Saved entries
■ ■ ■ ■

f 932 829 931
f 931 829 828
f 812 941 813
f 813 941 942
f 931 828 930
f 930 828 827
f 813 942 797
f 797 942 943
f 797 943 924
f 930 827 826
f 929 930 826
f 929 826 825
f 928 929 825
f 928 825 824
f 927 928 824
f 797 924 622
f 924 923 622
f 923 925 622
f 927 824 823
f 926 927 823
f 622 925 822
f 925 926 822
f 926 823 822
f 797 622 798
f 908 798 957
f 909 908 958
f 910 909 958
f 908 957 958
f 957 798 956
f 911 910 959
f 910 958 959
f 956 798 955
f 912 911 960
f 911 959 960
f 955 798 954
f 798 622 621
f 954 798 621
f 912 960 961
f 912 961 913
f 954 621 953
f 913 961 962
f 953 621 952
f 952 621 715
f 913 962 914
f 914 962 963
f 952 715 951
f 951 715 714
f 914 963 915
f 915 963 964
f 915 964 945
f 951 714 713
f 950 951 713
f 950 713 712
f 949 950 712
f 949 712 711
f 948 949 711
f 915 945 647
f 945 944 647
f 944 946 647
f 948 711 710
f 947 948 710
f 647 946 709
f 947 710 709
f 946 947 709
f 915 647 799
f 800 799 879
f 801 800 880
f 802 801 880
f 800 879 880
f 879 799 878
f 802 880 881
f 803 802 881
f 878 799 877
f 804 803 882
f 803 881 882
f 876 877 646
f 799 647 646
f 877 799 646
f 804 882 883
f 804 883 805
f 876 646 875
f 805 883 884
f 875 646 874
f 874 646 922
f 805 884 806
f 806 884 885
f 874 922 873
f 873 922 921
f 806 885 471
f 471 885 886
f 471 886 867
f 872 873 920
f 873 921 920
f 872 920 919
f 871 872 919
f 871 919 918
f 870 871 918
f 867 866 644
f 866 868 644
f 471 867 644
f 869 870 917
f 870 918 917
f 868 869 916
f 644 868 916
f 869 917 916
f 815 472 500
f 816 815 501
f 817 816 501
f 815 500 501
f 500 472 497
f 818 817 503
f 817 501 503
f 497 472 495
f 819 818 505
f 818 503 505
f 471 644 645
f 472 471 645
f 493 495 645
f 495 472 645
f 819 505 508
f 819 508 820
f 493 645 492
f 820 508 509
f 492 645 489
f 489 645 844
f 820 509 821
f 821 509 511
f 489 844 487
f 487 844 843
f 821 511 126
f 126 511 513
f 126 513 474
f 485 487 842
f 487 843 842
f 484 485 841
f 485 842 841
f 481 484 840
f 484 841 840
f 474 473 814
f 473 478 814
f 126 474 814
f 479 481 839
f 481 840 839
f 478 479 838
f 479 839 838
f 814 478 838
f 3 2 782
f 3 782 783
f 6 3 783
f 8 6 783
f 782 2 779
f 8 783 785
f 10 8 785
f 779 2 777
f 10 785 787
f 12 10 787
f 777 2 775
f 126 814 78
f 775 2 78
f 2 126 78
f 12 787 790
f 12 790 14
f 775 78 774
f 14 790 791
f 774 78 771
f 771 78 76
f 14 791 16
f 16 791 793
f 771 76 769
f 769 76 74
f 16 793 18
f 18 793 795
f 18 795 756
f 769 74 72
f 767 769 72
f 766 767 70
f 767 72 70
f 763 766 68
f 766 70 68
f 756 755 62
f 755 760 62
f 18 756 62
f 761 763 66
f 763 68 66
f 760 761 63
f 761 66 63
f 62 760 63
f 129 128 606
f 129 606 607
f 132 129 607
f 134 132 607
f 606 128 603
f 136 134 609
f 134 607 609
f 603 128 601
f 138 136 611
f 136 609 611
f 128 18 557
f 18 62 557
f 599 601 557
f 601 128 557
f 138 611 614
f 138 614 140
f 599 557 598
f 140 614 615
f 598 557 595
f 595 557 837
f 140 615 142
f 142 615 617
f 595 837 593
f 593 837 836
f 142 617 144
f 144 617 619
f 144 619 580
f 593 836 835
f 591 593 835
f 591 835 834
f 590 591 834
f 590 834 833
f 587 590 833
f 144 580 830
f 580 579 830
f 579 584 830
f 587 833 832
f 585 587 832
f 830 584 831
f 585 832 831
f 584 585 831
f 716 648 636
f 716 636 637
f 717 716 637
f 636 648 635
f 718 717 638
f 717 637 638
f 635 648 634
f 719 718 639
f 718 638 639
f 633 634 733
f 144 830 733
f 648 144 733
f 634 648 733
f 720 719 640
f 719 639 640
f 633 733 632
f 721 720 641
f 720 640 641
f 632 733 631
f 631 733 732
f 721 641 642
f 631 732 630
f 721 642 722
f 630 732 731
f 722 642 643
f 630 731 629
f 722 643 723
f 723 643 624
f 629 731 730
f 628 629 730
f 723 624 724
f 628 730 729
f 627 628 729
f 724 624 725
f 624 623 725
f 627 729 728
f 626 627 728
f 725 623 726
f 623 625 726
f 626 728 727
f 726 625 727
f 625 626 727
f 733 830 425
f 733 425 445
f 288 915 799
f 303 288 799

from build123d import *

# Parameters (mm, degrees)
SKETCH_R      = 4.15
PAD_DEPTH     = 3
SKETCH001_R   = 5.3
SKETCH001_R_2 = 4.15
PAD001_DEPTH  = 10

■ ■ ■ ■

Each line from the beginning of the entries to the line with "f 910 909 958" must be repeated exactly, with both end lines kept and no other lines given.

REPLY:
f 932 829 931
f 931 829 828
f 812 941 813
f 813 941 942
f 931 828 930
f 930 828 827
f 813 942 797
f 797 942 943
f 797 943 924
f 930 827 826
f 929 930 826
f 929 826 825
f 928 929 825
f 928 825 824
f 927 928 824
f 797 924 622
f 924 923 622
f 923 925 622
f 927 824 823
f 926 927 823
f 622 925 822
f 925 926 822
f 926 823 822
f 797 622 798
f 908 798 957
f 909 908 958
f 910 909 958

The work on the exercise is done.